The profiler command supports generating a flame map of application hotspots. Essentially, you take samples, and you take the samples and you create a flame map.
Profiler action [actionArg]
4.5.1. Use cases
Open prifilter
By default, a fire map of the CPU is generated, meaning that event is the CPU. This can be specified with the –event argument, and the start command is used to start capturing information.
$ profiler start
Started [cpu] profiling
Copy the code
Obtain the number of collected samples
$ profiler getSamples
23
Copy the code
You can view the profiler status to see which event is being sampled and at what time.
$ profiler status
[cpu] profiling is running for 4 seconds
Stop the profiler
Generate an SVG flame diagram
$ profiler stop
profiler output file: /tmp/demo/arthas-output/20191125-135546.svg
OK
Copy the code
By default, the generated results are saved to the arthas-output directory under the application’s working directory. You can specify the output path with the –file argument.
Such as:
$ profiler stop --file /tmp/output.svg
Copy the code
HTML output
By default, the resulting file is in SVG format, and if you want to generate HTML, you can specify it with the –format argument: $profiler stop –format HTML
Check the profilter
Use port 3658 by default, arthas, you can open the: http://localhost:3658/arthas-output/ view to arthas – the output directory the profiler results below:
Click to see the results: in the flame chart, the longer the bars, the more they are used, and the call stack information from bottom to top
* * profilter self sustaining multiple analysis methods, the * * common event: CPU | alloc the lock | | cache misses etc. For example, you want to analyze memory usage.

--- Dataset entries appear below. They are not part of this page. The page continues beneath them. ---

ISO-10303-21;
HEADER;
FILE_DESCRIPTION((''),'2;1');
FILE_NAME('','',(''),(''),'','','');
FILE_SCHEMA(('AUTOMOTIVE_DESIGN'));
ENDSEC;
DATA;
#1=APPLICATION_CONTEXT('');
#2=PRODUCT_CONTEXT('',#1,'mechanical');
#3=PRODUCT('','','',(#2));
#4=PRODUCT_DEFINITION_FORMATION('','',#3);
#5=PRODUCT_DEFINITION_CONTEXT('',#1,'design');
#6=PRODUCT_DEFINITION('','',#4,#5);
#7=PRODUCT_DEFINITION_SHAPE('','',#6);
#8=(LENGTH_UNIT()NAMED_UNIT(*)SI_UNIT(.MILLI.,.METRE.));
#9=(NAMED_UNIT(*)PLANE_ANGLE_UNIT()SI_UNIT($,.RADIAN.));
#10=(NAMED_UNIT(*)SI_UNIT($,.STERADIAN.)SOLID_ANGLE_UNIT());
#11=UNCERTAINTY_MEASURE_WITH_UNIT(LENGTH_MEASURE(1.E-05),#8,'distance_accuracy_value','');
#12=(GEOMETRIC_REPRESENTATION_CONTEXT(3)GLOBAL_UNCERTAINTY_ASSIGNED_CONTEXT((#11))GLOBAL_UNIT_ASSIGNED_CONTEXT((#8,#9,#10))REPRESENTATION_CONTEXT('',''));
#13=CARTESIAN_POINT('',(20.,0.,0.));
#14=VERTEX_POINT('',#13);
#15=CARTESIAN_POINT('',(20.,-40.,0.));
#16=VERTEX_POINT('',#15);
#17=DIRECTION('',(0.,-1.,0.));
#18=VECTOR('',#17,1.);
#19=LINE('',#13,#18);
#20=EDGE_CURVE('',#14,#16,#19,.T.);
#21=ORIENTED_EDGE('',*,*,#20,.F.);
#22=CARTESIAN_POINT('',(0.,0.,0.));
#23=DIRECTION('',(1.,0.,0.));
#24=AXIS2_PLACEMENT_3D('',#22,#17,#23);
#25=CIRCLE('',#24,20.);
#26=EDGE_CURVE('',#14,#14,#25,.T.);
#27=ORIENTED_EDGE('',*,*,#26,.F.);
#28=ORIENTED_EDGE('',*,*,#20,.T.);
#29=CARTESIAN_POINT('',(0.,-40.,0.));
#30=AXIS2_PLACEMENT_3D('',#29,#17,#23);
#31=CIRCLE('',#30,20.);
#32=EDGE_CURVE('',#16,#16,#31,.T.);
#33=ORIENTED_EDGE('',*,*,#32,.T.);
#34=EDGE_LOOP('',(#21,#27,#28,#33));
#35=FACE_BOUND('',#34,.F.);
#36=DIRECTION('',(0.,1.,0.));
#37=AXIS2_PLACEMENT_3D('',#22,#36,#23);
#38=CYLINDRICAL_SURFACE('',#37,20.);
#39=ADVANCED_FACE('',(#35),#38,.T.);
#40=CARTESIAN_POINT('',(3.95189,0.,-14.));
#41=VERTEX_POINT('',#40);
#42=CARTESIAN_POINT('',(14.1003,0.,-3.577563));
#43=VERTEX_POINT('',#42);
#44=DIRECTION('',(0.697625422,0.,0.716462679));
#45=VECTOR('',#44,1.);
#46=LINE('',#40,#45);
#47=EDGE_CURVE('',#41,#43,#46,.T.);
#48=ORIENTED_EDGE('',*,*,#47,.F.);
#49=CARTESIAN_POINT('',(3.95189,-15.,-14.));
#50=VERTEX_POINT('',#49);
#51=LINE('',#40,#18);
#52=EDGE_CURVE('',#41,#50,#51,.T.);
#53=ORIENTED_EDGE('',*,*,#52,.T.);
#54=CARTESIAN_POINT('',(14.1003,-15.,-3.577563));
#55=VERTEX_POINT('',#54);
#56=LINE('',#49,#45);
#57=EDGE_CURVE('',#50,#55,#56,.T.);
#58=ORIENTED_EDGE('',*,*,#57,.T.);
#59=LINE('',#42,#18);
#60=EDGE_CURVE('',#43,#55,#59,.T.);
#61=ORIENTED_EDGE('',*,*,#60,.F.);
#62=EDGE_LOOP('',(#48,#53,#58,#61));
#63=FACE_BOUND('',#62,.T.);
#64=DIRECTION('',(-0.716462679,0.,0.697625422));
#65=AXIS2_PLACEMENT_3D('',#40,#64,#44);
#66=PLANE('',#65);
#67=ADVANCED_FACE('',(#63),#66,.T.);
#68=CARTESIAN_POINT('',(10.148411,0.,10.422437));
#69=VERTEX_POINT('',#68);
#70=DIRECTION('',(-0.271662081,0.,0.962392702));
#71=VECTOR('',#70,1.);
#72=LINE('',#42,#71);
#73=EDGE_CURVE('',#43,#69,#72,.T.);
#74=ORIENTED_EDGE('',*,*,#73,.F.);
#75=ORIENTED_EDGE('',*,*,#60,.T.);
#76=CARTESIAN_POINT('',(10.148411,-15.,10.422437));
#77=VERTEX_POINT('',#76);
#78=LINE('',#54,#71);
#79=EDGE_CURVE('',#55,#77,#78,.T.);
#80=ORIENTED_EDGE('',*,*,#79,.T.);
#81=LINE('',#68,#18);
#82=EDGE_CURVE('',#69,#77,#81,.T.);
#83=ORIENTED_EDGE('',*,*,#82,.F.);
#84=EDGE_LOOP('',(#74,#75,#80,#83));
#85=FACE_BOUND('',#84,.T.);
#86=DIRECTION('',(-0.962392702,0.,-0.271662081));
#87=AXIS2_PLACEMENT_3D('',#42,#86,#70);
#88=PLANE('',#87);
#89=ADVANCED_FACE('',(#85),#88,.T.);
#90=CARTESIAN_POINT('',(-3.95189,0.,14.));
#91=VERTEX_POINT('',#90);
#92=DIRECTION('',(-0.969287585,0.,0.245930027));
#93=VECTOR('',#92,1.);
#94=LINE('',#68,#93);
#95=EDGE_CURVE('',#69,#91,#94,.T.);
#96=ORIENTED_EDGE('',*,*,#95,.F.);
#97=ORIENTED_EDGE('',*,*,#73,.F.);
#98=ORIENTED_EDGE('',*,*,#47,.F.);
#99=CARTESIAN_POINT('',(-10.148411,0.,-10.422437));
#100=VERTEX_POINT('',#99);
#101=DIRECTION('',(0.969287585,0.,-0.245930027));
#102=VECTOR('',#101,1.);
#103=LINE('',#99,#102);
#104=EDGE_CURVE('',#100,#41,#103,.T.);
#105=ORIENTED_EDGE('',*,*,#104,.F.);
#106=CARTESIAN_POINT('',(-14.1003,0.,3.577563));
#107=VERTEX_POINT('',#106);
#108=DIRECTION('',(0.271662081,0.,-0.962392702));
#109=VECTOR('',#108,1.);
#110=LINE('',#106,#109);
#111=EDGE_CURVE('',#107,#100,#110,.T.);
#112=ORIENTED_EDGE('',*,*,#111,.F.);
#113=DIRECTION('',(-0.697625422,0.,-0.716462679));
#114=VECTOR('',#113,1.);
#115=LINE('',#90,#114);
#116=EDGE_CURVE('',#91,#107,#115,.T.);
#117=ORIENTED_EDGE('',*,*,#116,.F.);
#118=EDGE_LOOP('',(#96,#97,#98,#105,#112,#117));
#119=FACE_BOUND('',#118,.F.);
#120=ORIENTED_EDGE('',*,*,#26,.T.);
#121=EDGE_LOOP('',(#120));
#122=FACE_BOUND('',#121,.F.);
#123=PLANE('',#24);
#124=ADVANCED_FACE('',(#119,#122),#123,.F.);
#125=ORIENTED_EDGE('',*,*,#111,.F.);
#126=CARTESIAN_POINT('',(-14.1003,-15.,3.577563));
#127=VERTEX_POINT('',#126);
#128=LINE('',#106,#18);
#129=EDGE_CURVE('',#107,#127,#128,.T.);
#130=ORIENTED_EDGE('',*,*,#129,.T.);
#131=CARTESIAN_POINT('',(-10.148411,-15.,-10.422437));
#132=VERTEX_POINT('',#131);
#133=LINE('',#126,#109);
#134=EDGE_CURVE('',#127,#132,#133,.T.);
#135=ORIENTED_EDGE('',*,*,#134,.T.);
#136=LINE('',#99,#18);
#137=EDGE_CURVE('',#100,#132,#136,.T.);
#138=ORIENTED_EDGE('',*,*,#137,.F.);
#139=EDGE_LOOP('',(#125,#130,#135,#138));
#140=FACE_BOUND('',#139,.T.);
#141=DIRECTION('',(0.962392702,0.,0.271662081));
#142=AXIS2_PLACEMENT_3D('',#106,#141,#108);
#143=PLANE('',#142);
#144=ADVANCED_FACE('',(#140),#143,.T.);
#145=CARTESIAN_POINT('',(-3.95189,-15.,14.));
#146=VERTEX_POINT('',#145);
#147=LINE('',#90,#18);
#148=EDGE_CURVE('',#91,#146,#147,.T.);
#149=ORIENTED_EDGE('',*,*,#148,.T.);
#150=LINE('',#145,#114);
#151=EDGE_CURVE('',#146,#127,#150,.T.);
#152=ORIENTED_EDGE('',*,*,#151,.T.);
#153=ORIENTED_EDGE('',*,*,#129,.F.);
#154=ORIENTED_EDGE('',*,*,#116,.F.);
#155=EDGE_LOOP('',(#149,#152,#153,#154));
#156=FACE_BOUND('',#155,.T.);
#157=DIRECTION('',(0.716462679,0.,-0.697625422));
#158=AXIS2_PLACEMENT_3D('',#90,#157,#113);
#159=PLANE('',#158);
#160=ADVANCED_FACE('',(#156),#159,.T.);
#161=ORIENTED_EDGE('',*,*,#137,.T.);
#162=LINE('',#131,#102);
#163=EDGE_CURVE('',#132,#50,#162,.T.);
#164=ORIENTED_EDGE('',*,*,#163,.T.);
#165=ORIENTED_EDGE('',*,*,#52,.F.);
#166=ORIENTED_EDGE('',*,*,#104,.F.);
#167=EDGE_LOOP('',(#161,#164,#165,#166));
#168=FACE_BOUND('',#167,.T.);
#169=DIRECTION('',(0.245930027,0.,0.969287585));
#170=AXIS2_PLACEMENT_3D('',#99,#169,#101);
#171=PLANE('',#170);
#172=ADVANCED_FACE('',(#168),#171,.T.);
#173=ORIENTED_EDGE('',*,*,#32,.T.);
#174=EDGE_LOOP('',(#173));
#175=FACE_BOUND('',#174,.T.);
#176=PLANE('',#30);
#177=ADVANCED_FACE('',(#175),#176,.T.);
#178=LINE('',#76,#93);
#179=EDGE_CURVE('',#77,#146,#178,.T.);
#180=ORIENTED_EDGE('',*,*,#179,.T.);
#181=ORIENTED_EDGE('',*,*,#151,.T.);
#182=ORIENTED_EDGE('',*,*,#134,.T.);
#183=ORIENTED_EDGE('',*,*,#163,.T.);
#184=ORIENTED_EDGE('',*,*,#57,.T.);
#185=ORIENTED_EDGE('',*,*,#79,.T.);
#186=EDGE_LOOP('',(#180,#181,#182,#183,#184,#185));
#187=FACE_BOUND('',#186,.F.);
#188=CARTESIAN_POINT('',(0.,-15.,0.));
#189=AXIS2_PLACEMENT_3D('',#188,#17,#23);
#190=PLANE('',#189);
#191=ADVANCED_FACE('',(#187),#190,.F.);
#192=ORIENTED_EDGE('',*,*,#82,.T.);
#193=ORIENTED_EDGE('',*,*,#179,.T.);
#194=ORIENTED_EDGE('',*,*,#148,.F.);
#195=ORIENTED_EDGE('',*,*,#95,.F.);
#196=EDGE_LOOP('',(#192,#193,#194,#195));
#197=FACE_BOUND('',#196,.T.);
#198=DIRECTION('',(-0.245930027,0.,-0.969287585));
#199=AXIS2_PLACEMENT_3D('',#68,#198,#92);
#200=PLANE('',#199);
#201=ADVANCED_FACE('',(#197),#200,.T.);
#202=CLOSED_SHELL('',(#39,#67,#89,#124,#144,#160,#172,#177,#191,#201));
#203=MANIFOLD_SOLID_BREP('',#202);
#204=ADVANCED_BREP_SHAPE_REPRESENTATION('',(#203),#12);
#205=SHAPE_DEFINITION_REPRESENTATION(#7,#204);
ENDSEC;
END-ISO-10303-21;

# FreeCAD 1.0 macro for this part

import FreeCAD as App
import Part
import Sketcher

doc = App.newDocument("Part")
body = doc.addObject("PartDesign::Body", "Body")

# Sketch on XZ plane
sketch1 = body.newObject("Sketcher::SketchObject", "Sketch")
sketch1.AttachmentSupport = (doc.getObject("XZ_Plane"), [""])
sketch1.MapMode = "FlatFace"
sketch1.addGeometry(Part.Circle(App.Vector(0, 0, 0), App.Vector(0, 0, 1), 20), False)
sketch1.addConstraint(Sketcher.Constraint("Coincident", 0, 3, -1, 1))
sketch1.addConstraint(Sketcher.Constraint("Diameter", 0, 40.0))
pad1 = body.newObject("PartDesign::Pad", "Pad")
pad1.Profile = sketch1
pad1.Length = 40

# Sketch on XZ plane
sketch2 = body.newObject("Sketcher::SketchObject", "Sketch001")
sketch2.AttachmentSupport = (doc.getObject("XZ_Plane"), [""])
sketch2.MapMode = "FlatFace"
sketch2.addGeometry(Part.LineSegment(App.Vector(4, -14, 0), App.Vector(14, -4, 0)), False)
sketch2.addGeometry(Part.LineSegment(App.Vector(14, -4, 0), App.Vector(10, 10, 0)), False)
sketch2.addGeometry(Part.LineSegment(App.Vector(10, 10, 0), App.Vector(-4, 14, 0)), False)
sketch2.addGeometry(Part.LineSegment(App.Vector(-4, 14, 0), App.Vector(-14, 4, 0)), False)
sketch2.addGeometry(Part.LineSegment(App.Vector(-14, 4, 0), App.Vector(-10, -10, 0)), False)
sketch2.addGeometry(Part.LineSegment(App.Vector(-10, -10, 0), App.Vector(4, -14, 0)), False)
sketch2.addConstraint(Sketcher.Constraint("Coincident", 0, 2, 1, 1))
sketch2.addConstraint(Sketcher.Constraint("Coincident", 1, 2, 2, 1))
sketch2.addConstraint(Sketcher.Constraint("Coincident", 2, 2, 3, 1))
sketch2.addConstraint(Sketcher.Constraint("Coincident", 3, 2, 4, 1))
sketch2.addConstraint(Sketcher.Constraint("Coincident", 4, 2, 5, 1))
sketch2.addConstraint(Sketcher.Constraint("Coincident", 5, 2, 0, 1))
sketch2.addConstraint(Sketcher.Constraint("Symmetric", 0, 2, 3, 2, -1, 1))
sketch2.addConstraint(Sketcher.Constraint("Symmetric", 1, 2, 4, 2, -1, 1))
sketch2.addConstraint(Sketcher.Constraint("Symmetric", 2, 2, 5, 2, -1, 1))
sketch2.addConstraint(Sketcher.Constraint("Equal", 0, 1))
sketch2.addConstraint(Sketcher.Constraint("Equal", 1, 2))
sketch2.addConstraint(Sketcher.Constraint("DistanceY", -1, 1, 2, 2, 14.0))
sketch2.addConstraint(Sketcher.Constraint("DistanceY", 0, 2, 1, 2, 14.0))
sketch2.addConstraint(Sketcher.Constraint("DistanceX", -1, 1, 0, 2, 14.1003))
sketch2.addConstraint(Sketcher.Constraint("DistanceX", 2, 2, 1, 2, 14.100301))
pocket1 = body.newObject("PartDesign::Pocket", "Pocket")
pocket1.Profile = sketch2
pocket1.Length = 15
pocket1.Reversed = True

doc.recompute()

$ profiler start –event alloc
4.5.2. Complex Commands
For example, start sampling:
profiler execute 'start'
Copy the code
Stop sampling and save to the specified file:
profiler execute 'stop,file=/tmp/result.svg'
Copy the code
The code has been uploaded to Github.
The last word
Hello world 🙂
I am a lang, lang of the moon, a technical tool person who moves bricks every day.
If you want to subscribe, you can follow the public account unread Code, or the unread Code blog).
This article has also been compiled at GitHub.com/niumoo/Java… Welcome Star.